» Stored items:

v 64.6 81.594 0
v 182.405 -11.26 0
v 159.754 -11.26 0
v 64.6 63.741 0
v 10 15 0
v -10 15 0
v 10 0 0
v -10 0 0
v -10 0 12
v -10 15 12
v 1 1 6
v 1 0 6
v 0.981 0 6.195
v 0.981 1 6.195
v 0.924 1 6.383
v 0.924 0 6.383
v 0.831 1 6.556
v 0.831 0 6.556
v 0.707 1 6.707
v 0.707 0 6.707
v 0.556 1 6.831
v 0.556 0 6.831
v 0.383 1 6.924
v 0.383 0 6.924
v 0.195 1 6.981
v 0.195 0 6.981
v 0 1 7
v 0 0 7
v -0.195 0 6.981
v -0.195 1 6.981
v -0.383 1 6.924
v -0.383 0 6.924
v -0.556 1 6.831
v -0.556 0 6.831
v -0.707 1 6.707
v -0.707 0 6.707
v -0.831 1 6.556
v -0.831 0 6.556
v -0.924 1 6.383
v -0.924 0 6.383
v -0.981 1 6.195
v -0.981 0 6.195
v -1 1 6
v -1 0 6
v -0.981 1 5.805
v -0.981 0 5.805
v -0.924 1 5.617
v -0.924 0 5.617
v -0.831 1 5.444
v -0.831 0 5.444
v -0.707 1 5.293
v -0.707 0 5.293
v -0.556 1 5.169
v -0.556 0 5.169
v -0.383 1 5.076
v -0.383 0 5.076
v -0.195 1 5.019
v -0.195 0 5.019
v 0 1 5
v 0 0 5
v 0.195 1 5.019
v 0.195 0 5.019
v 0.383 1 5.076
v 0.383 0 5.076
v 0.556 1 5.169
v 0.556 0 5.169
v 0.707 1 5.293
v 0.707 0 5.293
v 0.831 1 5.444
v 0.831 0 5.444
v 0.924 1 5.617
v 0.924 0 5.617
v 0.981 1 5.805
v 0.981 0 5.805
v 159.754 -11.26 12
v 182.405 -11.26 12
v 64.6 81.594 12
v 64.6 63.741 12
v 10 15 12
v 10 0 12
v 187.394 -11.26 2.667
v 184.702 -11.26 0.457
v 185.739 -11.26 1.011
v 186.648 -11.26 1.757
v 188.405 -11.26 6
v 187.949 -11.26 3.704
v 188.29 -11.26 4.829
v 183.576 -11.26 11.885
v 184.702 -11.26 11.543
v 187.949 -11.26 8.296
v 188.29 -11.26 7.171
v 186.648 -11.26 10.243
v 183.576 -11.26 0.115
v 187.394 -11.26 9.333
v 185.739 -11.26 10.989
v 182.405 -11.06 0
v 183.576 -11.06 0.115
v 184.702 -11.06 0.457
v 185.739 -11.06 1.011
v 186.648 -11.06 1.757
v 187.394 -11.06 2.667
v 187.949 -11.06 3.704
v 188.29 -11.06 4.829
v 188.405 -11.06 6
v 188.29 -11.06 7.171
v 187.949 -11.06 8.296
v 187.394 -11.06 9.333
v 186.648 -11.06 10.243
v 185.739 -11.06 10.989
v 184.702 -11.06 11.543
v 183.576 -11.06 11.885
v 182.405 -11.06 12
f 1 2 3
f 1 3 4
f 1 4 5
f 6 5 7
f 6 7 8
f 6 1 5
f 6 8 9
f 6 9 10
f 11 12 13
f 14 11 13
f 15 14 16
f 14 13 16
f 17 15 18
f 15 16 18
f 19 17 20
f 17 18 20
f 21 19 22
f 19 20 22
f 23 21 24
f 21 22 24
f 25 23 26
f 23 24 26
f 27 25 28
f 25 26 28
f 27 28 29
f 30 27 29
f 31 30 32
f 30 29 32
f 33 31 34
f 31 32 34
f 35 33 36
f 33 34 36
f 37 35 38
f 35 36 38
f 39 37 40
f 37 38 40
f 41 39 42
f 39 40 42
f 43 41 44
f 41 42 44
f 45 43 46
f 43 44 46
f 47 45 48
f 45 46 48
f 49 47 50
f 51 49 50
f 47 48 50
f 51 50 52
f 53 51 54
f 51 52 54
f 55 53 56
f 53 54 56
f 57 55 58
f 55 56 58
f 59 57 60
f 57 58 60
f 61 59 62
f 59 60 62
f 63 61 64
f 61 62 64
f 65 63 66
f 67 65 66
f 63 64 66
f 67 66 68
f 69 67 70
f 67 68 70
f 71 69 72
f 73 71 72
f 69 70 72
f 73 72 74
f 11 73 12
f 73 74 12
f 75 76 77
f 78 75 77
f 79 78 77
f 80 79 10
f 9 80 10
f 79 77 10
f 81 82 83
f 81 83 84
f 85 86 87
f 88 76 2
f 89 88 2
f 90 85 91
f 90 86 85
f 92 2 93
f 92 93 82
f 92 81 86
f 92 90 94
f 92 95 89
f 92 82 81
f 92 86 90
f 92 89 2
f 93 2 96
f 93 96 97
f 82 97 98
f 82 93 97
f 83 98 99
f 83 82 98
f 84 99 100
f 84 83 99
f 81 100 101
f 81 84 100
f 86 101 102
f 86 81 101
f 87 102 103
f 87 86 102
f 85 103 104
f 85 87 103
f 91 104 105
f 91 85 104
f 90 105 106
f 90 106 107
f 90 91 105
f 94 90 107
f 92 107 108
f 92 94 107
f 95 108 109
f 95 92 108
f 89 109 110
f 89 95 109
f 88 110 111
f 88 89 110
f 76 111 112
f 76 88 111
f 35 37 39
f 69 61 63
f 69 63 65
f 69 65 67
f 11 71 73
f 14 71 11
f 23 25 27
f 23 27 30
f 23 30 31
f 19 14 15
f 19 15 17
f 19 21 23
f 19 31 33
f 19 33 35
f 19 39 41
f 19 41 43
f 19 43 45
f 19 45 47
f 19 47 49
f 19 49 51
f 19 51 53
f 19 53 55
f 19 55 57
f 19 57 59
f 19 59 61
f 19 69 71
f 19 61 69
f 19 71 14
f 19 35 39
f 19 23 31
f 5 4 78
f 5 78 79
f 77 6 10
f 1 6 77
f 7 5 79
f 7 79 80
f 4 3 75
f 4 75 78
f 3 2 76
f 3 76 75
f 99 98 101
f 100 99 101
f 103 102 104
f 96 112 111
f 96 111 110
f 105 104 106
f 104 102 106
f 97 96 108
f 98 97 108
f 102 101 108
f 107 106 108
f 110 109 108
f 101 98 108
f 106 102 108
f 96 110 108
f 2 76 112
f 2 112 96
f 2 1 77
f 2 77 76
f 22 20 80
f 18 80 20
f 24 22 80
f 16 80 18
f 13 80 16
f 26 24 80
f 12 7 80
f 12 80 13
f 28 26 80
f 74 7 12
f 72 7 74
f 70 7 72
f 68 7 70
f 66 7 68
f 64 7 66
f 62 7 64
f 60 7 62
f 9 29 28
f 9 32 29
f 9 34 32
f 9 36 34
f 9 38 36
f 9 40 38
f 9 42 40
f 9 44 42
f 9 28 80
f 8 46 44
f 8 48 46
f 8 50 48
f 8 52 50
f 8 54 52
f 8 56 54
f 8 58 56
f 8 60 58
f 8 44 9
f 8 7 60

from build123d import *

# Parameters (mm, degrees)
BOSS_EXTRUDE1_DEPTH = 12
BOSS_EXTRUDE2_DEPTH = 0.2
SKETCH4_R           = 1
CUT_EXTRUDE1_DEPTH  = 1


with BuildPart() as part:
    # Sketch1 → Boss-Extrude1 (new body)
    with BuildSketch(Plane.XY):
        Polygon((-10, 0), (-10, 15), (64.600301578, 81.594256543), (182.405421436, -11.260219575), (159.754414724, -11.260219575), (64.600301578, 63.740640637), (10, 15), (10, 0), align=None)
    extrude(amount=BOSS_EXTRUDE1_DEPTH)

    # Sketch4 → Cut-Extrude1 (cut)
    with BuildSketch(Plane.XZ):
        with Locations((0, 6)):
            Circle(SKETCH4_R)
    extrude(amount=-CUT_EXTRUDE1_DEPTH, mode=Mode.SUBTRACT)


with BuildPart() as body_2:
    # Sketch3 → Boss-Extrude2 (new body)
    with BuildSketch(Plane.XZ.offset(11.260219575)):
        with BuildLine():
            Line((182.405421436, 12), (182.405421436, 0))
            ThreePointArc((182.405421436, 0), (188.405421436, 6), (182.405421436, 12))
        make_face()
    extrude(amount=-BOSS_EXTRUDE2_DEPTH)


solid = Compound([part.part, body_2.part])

---

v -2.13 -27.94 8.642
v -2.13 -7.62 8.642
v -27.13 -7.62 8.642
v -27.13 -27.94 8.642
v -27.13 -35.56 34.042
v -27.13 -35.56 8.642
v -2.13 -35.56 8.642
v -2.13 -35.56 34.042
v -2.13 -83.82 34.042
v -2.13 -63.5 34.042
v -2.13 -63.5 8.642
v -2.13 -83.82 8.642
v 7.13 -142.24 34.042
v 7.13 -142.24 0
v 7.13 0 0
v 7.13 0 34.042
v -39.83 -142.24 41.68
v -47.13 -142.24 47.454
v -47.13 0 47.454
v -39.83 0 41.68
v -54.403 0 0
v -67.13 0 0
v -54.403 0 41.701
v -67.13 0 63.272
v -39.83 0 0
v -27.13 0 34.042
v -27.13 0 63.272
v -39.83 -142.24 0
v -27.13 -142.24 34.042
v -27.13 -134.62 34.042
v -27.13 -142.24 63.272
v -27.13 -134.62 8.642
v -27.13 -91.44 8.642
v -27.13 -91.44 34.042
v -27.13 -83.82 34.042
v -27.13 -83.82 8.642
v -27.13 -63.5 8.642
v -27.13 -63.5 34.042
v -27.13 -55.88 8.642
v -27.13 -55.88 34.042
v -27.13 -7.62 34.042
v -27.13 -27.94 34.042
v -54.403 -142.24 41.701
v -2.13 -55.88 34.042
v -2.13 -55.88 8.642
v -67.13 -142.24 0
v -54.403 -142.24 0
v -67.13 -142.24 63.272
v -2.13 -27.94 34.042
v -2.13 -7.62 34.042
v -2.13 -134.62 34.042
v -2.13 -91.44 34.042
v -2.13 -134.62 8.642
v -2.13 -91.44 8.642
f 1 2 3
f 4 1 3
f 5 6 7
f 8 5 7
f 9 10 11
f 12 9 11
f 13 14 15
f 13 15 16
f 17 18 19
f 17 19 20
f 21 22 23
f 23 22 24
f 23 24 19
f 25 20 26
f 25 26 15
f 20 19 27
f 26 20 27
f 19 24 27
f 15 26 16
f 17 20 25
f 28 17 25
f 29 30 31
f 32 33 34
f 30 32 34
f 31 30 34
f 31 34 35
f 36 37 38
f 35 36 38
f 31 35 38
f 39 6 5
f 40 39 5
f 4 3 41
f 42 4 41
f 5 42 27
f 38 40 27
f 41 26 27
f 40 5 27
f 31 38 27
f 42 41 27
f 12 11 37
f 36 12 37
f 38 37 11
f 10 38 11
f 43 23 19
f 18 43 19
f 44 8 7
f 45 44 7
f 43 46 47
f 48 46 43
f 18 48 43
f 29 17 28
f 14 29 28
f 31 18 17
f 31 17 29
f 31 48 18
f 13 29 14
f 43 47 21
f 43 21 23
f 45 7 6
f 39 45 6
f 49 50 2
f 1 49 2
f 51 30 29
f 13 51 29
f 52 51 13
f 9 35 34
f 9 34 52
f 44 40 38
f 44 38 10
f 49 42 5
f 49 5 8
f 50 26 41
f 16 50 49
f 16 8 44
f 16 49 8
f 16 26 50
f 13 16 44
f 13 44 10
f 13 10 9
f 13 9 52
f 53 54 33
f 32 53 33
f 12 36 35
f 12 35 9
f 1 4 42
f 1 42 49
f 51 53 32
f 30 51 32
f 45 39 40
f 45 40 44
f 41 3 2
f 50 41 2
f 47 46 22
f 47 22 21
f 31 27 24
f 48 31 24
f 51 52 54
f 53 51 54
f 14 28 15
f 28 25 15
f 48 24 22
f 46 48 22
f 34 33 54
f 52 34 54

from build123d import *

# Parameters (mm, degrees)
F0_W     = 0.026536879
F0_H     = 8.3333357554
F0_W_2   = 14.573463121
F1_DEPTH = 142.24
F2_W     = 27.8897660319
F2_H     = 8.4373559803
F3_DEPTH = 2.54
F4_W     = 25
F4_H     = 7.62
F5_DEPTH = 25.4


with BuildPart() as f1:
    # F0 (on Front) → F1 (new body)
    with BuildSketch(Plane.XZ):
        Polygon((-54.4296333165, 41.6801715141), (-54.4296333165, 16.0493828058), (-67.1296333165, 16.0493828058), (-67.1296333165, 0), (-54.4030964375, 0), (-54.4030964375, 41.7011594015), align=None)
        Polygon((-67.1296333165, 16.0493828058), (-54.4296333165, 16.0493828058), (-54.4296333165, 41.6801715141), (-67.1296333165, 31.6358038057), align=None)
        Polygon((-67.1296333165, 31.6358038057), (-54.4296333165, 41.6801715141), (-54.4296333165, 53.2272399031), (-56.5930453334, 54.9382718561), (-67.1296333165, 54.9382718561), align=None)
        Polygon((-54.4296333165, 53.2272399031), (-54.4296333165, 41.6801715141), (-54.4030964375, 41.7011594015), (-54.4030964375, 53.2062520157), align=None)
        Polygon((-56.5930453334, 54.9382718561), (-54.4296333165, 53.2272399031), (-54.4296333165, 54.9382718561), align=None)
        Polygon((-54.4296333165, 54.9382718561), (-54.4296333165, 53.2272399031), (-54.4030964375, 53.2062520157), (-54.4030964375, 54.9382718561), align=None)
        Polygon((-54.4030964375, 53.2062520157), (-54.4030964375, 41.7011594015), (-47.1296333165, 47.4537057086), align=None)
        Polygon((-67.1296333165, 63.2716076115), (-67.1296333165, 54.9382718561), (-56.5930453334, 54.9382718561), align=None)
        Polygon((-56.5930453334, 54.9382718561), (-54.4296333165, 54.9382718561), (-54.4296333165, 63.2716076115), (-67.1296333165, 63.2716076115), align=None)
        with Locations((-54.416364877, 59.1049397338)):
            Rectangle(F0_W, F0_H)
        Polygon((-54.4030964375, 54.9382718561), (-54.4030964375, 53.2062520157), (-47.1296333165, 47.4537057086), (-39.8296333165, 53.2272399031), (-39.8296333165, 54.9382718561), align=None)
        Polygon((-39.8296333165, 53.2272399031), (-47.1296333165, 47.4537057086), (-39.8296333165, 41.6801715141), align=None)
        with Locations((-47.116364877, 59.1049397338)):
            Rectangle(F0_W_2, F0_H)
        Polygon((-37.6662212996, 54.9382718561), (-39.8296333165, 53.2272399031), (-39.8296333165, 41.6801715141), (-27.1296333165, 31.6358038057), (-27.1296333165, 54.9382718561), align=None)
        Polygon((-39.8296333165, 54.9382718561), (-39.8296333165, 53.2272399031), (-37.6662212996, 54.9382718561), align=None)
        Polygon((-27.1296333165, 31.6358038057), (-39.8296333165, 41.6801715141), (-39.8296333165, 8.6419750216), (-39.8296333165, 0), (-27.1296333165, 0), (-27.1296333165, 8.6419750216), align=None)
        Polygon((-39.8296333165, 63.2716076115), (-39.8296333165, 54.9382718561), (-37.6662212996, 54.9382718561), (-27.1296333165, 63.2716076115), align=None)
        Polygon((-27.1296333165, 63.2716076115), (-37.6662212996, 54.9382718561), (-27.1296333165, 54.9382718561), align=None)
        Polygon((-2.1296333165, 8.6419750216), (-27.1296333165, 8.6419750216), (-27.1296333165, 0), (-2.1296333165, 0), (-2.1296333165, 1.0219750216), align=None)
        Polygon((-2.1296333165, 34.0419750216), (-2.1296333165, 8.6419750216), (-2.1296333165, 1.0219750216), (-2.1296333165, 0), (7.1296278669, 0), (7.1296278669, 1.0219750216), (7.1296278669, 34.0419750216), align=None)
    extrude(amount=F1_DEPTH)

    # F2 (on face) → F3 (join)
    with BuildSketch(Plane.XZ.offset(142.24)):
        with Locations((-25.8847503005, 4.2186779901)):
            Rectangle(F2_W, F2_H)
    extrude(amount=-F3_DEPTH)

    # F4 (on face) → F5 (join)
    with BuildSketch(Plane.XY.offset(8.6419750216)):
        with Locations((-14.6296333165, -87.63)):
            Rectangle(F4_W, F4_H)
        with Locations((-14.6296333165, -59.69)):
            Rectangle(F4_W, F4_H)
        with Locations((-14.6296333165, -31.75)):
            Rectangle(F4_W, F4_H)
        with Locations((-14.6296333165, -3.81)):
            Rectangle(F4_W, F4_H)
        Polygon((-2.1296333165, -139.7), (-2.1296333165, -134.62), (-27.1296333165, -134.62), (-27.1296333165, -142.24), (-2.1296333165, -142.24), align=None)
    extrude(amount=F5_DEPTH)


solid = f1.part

---

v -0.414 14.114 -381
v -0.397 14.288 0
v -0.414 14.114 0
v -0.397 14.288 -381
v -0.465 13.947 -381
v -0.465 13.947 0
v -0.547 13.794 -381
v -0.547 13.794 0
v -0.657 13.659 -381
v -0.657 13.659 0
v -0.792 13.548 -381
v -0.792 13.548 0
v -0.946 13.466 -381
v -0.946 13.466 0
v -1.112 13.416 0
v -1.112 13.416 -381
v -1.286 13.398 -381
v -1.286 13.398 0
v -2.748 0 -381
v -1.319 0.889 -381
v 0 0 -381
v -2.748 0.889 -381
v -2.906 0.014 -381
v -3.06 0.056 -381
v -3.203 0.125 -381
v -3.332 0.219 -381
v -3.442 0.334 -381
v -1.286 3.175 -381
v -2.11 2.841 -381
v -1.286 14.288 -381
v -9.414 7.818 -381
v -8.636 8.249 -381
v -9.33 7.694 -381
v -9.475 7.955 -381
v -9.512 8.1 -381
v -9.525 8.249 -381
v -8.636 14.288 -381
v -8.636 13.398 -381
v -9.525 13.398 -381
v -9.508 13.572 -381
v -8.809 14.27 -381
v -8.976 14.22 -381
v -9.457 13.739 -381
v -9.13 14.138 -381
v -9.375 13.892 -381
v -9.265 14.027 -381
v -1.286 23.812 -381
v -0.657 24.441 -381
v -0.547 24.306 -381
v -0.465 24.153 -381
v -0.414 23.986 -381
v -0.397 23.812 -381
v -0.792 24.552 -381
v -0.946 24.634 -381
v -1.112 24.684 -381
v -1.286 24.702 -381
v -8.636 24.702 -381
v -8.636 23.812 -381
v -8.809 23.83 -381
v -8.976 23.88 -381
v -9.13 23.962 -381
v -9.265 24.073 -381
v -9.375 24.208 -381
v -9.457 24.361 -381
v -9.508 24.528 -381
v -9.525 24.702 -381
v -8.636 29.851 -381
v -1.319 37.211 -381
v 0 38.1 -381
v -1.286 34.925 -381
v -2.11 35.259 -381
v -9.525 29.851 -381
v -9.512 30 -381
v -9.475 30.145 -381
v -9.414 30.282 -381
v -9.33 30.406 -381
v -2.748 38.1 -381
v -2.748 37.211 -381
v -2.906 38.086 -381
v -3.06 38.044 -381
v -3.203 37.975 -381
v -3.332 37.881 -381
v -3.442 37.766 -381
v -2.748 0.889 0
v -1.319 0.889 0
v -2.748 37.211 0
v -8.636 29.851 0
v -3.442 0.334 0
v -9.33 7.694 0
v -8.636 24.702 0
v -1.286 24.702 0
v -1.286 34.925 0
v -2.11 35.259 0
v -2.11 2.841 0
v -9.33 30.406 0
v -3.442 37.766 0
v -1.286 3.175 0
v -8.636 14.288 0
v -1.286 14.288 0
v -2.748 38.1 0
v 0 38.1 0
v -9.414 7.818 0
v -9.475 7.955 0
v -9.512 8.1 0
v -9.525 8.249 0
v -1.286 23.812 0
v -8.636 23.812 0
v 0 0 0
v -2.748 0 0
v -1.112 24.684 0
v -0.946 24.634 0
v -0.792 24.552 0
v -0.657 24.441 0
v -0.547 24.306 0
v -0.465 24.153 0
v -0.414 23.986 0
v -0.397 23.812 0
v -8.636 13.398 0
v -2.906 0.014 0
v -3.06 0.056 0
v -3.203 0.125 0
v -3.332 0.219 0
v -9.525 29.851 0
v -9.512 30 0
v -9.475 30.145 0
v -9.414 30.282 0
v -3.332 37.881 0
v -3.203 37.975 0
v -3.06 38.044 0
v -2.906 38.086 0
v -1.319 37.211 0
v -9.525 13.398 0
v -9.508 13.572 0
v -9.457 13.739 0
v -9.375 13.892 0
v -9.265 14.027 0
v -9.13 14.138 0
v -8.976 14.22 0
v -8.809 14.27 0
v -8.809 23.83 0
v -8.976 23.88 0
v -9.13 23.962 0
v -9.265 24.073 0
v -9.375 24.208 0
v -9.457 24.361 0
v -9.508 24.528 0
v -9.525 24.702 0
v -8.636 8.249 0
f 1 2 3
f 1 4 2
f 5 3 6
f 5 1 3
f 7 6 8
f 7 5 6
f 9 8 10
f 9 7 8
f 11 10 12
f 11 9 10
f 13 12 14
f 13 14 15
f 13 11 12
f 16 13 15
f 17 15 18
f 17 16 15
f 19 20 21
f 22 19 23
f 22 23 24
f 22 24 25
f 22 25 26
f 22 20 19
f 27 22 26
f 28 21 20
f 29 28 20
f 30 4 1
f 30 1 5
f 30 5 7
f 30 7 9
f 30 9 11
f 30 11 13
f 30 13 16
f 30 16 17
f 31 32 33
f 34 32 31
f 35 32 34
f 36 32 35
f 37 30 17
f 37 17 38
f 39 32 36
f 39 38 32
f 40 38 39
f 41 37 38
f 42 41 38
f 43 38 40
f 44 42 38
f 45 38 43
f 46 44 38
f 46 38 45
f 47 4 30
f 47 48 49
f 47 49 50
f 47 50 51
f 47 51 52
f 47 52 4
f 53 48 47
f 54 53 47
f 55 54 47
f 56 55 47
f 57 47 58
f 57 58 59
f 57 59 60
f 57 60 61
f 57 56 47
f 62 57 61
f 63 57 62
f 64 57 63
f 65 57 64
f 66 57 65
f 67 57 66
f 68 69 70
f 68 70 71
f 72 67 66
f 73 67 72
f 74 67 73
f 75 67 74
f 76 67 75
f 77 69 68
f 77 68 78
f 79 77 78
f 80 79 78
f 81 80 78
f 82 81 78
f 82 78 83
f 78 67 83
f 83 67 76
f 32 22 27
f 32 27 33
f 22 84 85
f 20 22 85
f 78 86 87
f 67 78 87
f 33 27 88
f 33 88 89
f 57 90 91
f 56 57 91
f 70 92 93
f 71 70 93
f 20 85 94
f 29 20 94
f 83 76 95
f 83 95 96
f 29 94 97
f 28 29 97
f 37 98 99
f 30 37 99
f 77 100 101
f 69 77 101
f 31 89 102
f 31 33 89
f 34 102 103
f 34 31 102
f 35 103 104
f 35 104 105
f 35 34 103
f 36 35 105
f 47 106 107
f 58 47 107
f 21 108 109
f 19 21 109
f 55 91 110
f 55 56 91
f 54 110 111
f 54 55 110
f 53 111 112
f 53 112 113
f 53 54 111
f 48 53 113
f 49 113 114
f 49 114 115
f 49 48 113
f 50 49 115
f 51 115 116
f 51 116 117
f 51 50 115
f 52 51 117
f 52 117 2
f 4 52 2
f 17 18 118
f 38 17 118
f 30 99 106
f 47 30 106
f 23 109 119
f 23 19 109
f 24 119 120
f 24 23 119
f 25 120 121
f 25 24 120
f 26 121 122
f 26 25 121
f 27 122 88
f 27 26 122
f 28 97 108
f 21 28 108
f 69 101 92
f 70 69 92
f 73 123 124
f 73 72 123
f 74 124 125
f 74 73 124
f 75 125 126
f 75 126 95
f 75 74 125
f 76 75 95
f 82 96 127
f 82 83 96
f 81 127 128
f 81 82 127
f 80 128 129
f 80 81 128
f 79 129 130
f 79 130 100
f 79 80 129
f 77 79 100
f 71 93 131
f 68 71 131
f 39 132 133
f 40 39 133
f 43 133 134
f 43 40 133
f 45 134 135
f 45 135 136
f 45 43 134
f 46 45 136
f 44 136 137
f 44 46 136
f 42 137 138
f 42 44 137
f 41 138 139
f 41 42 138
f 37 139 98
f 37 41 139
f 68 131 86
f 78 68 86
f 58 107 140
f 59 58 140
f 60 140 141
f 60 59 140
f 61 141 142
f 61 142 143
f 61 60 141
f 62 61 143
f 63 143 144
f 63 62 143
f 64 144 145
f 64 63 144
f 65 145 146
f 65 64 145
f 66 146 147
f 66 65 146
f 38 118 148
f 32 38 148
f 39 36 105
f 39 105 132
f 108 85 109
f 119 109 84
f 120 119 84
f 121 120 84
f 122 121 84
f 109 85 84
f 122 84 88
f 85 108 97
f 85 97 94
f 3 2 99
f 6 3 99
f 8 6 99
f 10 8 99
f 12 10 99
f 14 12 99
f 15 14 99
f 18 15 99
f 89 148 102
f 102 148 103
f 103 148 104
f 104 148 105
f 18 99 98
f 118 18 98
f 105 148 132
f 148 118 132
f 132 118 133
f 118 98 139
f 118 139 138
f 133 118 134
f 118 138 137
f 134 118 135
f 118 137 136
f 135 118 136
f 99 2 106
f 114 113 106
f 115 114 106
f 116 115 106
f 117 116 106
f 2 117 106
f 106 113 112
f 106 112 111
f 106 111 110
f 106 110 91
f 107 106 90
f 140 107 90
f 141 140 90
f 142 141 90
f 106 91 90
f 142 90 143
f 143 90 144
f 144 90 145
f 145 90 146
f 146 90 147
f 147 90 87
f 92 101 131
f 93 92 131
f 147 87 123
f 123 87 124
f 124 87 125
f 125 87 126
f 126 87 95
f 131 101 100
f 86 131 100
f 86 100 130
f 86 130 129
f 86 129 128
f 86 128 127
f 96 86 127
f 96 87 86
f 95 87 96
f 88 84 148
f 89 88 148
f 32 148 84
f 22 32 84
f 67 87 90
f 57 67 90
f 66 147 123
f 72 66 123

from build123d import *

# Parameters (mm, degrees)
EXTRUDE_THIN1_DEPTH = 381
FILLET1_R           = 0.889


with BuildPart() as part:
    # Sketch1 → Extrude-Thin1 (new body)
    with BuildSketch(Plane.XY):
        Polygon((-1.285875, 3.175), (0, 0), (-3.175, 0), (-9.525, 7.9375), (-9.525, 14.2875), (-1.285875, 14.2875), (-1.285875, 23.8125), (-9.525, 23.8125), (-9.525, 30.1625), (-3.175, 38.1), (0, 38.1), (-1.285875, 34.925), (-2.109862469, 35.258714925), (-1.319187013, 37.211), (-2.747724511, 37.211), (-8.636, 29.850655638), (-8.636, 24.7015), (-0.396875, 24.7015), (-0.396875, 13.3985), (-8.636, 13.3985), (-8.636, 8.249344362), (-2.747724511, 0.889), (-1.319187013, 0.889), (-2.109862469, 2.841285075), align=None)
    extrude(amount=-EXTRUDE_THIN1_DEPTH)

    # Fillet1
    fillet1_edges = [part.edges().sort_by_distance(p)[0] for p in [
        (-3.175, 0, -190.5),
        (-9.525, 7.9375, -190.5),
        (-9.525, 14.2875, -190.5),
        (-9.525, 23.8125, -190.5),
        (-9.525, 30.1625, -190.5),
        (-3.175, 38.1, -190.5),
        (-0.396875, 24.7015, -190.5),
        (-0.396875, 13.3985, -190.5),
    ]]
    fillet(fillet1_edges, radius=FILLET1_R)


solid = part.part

» WHAT IS EXPECTED:
The entries above hold a line with "v -39.83 -142.24 0" and a later line with "v -2.13 -134.62 34.042". Write out exactly those lines and all lines between, nothing more.

» FINISHED EXERCISE:
v -39.83 -142.24 0
v -27.13 -142.24 34.042
v -27.13 -134.62 34.042
v -27.13 -142.24 63.272
v -27.13 -134.62 8.642
v -27.13 -91.44 8.642
v -27.13 -91.44 34.042
v -27.13 -83.82 34.042
v -27.13 -83.82 8.642
v -27.13 -63.5 8.642
v -27.13 -63.5 34.042
v -27.13 -55.88 8.642
v -27.13 -55.88 34.042
v -27.13 -7.62 34.042
v -27.13 -27.94 34.042
v -54.403 -142.24 41.701
v -2.13 -55.88 34.042
v -2.13 -55.88 8.642
v -67.13 -142.24 0
v -54.403 -142.24 0
v -67.13 -142.24 63.272
v -2.13 -27.94 34.042
v -2.13 -7.62 34.042
v -2.13 -134.62 34.042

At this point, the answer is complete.